Another aspect of the job that is changing is training. Library directors have realized that the kinds of long, technical sessions they have traditionally offered to attorneys are often ineffective. Lawyers have always been pinched for time, and that pressure has only increased as firms continue to stress business development efforts. This has put many library directors in a quandary: If they can’t educate users about resources, how can they ensure that those tools are used efficiently? “It is harder and harder to get attorneys to come in for training, but if we keep resources, we want to get our money’s worth,” says a library chief who requested anonymity.
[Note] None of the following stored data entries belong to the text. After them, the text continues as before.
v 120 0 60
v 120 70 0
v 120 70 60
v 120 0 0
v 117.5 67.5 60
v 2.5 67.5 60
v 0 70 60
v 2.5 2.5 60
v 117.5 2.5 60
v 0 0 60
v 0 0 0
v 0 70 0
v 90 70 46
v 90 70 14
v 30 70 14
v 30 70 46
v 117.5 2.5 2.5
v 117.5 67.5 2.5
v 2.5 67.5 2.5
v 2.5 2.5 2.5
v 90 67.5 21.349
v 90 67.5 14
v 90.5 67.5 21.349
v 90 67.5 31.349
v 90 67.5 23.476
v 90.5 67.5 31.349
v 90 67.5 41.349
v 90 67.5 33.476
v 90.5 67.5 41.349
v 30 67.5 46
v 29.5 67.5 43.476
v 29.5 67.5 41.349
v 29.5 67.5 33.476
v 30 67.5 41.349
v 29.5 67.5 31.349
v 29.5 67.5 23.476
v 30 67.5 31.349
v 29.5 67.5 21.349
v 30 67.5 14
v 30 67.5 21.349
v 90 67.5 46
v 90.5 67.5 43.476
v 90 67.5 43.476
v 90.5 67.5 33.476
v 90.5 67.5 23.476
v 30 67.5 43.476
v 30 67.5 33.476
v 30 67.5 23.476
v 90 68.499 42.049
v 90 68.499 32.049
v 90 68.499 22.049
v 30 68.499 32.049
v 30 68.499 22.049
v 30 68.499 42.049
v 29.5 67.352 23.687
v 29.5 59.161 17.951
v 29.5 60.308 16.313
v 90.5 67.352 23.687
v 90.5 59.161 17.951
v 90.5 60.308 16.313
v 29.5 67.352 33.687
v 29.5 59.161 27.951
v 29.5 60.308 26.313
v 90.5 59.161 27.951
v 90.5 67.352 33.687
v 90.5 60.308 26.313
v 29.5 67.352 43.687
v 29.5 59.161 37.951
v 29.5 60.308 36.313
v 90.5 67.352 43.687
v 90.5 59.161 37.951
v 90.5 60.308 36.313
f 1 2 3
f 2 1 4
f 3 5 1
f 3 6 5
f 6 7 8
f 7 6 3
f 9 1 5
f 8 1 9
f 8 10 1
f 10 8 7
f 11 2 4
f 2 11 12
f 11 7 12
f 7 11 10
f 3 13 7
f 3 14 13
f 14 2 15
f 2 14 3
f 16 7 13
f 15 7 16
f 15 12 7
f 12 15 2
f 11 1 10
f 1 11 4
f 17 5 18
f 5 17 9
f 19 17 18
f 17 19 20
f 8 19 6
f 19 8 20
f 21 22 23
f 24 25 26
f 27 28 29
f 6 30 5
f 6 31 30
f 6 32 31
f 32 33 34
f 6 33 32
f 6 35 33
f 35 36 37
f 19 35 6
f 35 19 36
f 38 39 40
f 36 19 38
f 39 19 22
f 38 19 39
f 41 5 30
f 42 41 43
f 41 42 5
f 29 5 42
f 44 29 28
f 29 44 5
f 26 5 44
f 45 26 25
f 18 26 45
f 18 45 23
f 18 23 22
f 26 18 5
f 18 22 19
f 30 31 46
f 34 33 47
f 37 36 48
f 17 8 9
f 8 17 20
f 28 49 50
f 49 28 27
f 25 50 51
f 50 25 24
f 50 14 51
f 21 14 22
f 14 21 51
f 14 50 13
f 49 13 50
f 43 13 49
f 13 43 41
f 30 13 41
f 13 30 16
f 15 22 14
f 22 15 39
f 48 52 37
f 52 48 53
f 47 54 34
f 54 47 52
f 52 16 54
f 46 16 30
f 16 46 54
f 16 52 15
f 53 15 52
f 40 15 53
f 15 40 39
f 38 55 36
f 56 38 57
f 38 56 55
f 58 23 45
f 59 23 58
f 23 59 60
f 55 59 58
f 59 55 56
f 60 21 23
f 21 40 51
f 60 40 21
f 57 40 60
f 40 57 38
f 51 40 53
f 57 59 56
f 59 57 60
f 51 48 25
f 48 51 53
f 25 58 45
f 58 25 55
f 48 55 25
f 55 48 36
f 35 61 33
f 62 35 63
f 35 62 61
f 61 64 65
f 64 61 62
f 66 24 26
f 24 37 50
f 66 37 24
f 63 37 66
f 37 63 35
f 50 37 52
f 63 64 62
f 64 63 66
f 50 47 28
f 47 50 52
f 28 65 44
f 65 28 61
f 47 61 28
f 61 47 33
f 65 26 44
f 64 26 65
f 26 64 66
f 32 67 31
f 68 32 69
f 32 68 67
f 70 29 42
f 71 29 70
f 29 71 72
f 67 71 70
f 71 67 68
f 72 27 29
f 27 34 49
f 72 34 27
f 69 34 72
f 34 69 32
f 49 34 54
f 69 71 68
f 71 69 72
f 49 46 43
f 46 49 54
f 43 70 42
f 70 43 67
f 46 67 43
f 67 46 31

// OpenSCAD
$fn = 32;

// ----------------------------------------------------------------------
// Vent box: louvers enclosure
// ----------------------------------------------------------------------

// --- parameters (mm) ---
box_l = 120;              // box length, X
box_w = 70;               // box width, Y
box_h = 60;               // box height, Z
wall_t = 2.5;             // shell wall thickness
win_l = 60;               // vent window width, X
win_h = 32;               // vent window height, Z
slat_t = 2;               // louver slat thickness
slat_d = 10;              // louver slat depth
slat_a = 35;              // louver slat angle, degrees
slat_pitch = 10;          // louver pitch
slat_yc = 63.83;          // slat centreline Y

win_z0 = (box_h - win_h) / 2;  // window lower edge Z
n_slats = 3;  // louver count
slat_z0 = win_z0 + (win_h - (n_slats - 1) * slat_pitch) / 2;

difference() {
  union() {
    difference() {
      cube([box_l, box_w, box_h]);
  translate([wall_t, wall_t, wall_t])
    cube([box_l - 2 * wall_t, box_w - 2 * wall_t, box_h]);
  translate([(box_l - win_l) / 2, box_w - wall_t - 1, win_z0])
    cube([win_l, wall_t + 2, win_h]);
    }
    for (i = [0 : n_slats - 1])
      translate([box_l / 2, slat_yc, slat_z0 + i * slat_pitch])
        rotate([slat_a, 0, 0])
          cube([win_l + 1, slat_d, slat_t], center = true);
  }
}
One approach that some firms are taking is to focus on familiarizing attorneys about what resources are available instead of trying to teach them how to master each tool. Dickstein Shapiro, for example, has been creating short online conferencing sessions that allow attorneys to get a quick tour—from their own desktops—of tools that might come in handy for their research. One session might be focused on a new intellectual property resource, another on a legislative-related tool, and so on. The sessions, which run about 15 minutes, cover “just enough so lawyers can say, ‘That’s interesting,’ and follow up with us later,” says Joseph Meringolo, Dickstein’s senior manager of research services. “Attorneys have a lot of obligations, and you have to be sensitive to that.” Some challenges, however, are still awaiting solutions. Case in point: cost recovery. The difficulties here are not new—recouping research fees has been a constant battle since the economy went south and clients began to push back on charges. But as the survey makes clear, the situation is deteriorating further. Last year, just under a quarter of firms recovered 40 percent or less of the charges they paid to the “Big Three” online providers (Bloomberg, LexisNexis, and Westlaw), and this year a full third (33 percent) say they are recovering 40 percent or less. Overall, 71 percent of firms say they are recouping fewer research costs from clients than they did a year ago.
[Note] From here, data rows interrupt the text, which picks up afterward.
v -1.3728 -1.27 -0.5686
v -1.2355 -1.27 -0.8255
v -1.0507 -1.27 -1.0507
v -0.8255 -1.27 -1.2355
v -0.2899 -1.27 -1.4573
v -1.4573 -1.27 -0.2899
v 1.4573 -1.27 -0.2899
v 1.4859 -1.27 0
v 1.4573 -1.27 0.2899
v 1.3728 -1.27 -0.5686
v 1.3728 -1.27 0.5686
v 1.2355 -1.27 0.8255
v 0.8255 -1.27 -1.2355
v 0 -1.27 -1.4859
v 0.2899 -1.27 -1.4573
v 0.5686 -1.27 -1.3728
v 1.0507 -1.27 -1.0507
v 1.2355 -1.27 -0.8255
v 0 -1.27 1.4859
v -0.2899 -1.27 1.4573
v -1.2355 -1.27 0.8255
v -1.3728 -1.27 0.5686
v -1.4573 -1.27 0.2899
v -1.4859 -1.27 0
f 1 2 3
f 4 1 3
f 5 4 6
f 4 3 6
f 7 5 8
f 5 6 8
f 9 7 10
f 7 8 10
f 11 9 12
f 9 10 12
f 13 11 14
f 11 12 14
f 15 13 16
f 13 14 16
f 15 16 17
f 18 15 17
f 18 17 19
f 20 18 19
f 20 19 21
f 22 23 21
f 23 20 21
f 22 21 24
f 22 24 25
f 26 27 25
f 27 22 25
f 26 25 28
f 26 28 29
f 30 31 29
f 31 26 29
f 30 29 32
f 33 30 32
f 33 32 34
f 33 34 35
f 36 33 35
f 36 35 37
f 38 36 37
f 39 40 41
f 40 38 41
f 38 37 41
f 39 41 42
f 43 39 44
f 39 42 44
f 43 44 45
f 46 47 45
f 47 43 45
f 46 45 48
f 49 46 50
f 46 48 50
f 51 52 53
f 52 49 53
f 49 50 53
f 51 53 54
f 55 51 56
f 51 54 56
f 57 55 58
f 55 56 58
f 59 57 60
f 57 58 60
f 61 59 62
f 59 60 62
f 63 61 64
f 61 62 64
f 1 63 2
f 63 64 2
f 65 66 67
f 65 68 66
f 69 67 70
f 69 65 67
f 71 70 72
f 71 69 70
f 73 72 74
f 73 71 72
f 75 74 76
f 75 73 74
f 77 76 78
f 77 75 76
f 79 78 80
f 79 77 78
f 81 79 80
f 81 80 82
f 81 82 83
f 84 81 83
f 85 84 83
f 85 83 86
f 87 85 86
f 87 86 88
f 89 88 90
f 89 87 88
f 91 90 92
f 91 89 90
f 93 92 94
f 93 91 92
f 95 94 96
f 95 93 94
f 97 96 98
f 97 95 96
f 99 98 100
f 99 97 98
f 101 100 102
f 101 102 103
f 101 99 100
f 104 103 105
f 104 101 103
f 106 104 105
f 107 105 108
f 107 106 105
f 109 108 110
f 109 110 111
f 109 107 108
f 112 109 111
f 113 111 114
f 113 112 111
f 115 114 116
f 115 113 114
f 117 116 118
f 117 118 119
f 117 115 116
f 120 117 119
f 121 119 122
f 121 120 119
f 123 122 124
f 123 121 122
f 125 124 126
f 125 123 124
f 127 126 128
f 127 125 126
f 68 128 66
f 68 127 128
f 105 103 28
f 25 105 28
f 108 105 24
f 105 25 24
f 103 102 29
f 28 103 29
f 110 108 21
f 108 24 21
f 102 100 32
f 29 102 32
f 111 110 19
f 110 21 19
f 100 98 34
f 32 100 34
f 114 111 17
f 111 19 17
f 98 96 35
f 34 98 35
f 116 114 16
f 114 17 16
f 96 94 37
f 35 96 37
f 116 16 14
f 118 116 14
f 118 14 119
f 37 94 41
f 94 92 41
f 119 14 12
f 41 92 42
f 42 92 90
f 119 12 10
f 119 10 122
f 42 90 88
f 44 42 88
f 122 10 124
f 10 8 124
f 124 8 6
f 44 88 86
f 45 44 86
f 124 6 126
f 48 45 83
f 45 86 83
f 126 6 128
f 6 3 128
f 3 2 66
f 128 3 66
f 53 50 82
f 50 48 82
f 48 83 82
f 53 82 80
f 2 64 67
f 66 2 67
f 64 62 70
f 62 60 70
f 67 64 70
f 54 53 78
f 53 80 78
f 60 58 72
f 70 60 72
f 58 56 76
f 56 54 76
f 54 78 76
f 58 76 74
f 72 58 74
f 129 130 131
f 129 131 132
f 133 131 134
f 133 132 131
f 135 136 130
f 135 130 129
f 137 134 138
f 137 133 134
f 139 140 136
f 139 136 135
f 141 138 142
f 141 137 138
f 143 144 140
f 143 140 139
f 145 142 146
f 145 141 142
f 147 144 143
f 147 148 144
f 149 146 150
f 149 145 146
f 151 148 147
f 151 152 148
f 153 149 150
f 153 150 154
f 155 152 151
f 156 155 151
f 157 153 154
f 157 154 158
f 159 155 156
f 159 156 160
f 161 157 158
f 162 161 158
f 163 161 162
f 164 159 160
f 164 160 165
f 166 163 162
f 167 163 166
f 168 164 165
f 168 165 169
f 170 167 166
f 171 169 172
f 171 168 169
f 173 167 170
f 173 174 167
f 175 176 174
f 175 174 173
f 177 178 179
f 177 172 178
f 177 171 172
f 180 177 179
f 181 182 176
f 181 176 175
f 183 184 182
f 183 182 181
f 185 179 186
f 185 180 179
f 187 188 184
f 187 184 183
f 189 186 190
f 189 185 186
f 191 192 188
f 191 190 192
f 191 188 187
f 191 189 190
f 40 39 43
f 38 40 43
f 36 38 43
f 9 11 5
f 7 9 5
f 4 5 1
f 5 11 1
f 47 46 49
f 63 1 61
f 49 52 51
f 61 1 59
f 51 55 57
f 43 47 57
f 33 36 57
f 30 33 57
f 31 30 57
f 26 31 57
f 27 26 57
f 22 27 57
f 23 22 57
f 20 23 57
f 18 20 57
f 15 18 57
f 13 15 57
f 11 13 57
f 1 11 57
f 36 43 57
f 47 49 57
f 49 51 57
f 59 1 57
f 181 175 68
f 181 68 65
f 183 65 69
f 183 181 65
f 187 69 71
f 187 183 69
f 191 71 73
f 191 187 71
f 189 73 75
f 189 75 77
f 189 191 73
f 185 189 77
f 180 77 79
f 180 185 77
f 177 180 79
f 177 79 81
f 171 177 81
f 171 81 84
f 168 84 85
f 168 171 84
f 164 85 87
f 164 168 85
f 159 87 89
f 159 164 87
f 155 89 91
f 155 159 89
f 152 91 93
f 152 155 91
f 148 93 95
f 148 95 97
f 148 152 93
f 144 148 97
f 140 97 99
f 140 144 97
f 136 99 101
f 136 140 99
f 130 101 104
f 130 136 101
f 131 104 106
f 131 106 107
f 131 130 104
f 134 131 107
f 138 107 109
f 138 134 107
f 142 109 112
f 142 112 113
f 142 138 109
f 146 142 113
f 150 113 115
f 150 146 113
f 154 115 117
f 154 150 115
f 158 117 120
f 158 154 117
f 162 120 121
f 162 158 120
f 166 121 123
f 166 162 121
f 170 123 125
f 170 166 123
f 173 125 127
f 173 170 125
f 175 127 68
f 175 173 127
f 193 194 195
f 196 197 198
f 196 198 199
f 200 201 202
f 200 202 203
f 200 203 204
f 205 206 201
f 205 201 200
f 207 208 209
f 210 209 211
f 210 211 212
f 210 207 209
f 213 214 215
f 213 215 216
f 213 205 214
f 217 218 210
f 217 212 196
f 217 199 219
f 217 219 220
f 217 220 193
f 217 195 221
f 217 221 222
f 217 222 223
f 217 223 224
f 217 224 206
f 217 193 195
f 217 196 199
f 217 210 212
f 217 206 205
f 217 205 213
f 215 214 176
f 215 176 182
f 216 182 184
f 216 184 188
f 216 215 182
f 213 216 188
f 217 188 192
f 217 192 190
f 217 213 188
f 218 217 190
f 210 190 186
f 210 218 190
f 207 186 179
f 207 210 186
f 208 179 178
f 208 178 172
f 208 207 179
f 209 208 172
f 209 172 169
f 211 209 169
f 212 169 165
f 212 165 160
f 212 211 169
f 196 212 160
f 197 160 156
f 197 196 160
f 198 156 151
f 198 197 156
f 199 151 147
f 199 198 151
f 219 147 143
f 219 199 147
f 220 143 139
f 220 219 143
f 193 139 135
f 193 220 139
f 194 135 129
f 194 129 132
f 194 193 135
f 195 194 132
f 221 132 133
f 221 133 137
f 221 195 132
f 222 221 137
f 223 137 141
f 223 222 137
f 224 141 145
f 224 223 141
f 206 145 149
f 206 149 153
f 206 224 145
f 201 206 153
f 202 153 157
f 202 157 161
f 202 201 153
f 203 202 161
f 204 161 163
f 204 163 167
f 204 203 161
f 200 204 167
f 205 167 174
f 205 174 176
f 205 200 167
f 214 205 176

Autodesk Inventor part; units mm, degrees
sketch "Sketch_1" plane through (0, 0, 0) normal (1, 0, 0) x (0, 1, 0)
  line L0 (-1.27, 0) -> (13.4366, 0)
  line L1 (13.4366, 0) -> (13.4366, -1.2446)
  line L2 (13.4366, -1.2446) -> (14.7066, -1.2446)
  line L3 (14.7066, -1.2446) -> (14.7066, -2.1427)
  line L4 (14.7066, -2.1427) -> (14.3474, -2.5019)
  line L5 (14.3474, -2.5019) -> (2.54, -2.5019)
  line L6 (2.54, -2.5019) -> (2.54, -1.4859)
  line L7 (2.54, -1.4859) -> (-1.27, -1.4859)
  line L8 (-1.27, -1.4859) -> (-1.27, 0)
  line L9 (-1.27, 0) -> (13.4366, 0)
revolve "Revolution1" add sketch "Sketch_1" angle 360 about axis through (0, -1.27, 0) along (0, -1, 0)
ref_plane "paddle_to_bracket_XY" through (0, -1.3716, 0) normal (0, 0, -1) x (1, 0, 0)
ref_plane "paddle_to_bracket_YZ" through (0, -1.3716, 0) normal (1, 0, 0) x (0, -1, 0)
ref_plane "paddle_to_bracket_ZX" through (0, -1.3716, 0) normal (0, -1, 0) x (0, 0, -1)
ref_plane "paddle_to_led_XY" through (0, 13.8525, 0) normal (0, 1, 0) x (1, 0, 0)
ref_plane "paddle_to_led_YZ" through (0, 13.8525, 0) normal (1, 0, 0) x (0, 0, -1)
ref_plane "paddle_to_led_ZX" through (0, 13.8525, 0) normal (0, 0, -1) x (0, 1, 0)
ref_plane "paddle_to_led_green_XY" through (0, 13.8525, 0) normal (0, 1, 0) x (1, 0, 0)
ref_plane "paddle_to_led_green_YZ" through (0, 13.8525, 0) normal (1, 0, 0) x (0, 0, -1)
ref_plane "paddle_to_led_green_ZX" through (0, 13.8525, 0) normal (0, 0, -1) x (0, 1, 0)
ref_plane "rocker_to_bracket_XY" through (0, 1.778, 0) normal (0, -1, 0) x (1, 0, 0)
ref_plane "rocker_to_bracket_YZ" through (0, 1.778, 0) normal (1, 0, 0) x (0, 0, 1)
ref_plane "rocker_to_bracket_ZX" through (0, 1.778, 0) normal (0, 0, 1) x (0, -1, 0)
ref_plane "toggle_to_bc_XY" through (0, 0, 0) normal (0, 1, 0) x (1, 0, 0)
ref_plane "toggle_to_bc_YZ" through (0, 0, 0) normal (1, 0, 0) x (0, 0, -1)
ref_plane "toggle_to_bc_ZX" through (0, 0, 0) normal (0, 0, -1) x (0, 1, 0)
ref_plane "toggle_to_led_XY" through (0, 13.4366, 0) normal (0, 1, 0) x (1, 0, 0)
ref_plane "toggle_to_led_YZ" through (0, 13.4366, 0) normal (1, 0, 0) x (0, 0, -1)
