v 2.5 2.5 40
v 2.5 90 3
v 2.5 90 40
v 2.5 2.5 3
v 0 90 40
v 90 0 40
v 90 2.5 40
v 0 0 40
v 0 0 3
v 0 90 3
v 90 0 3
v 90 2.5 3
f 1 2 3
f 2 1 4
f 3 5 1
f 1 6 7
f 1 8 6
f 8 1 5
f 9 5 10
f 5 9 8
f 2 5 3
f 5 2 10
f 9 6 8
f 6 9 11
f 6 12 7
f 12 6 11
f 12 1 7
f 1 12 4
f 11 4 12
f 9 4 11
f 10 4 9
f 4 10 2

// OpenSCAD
// Magnetic stirrer housing - an open box (a plate with four walls) that covers a PC case fan
// to turn it into a stir plate. The top plate is the stirring surface. NOVEL general part.
//

top    = 90;
length = 90;
height = 40;
wall   = 2.5;
screw  = 4.5;

$fn = 48;

plate_t = 2;

difference() {
    union() {
        cube([top, length, plate_t]);                                              // top plate
        for (x = [-top / 2 - wall, top / 2 - wall])
            cube([wall, length, height], p = [x, 0, 0]);                           // left walls
        for (y = [-length / 2 - wall, length / 2 - wall])
            cube([top, wall, height], p = [0, y, 0]);                              // right walls
    }
    translate([0, 0, -1]) cube([top, length, plate_t + 2]);                        // clear the top surface
    for (x = [-71.5 / 2, 71.5 / 2], y = [-71.5 / 2, 71.5 / 2])
        translate([x, y, -1]) cylinder(h = plate_t + 2, d = screw);                 // screw holes
    // one cable notch in one wall: 12 mm wide, centred along the wall, 8 mm deep from the open edge
    translate([-top / 2 - wall, 0, height - 8]) cube([wall + 12, length, 8]);
}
So what are firms doing about it? Not very much. “Firms are so schizoid on cost recovery,” says one chief. “Everyone knows that clients don’t want to pay for it and partners don’t want to ask for it, but it’s hard to give up the broken systems that are in place, [and this] one goes back 30 years.” One alternative that is often discussed: Treat research as overhead, and don’t even bother to recoup the costs. “It’s where this is heading,” says another research director. So far, however, few firms have taken the leap. In the meantime, some library directors say that firms need to be proactive and come up with their own Plan B. One idea being floated: a surcharge to the billable hour, perhaps pegged to the research expenses of each practice area (for instance, if tax lawyers used less costly research than litigators, they’d have a lower surcharge). In theory, at least, this would help the firm recover research expenses while alleviating some of the inequity in cost recovery in which some clients pay and others don’t. Another option being considered is a kind of “resort fee,” in which clients pay extra to have their research conducted on “premium tools,” such as the highly focused, high-priced resources offered by smaller vendors.

While both of these approaches might be more subtle than simply sending clients a bill for research services, they still depend on clients to loosen their purse strings. Fledgling economic recovery or not, that’s a questionable assumption. “Clients could push back,” a library head concedes. “Coming up with a viable model will be difficult, but we need to have a serious discussion on how to do it.”

And given librarians’ sharpened negotiating skills, they will likely be driving a hard bargain.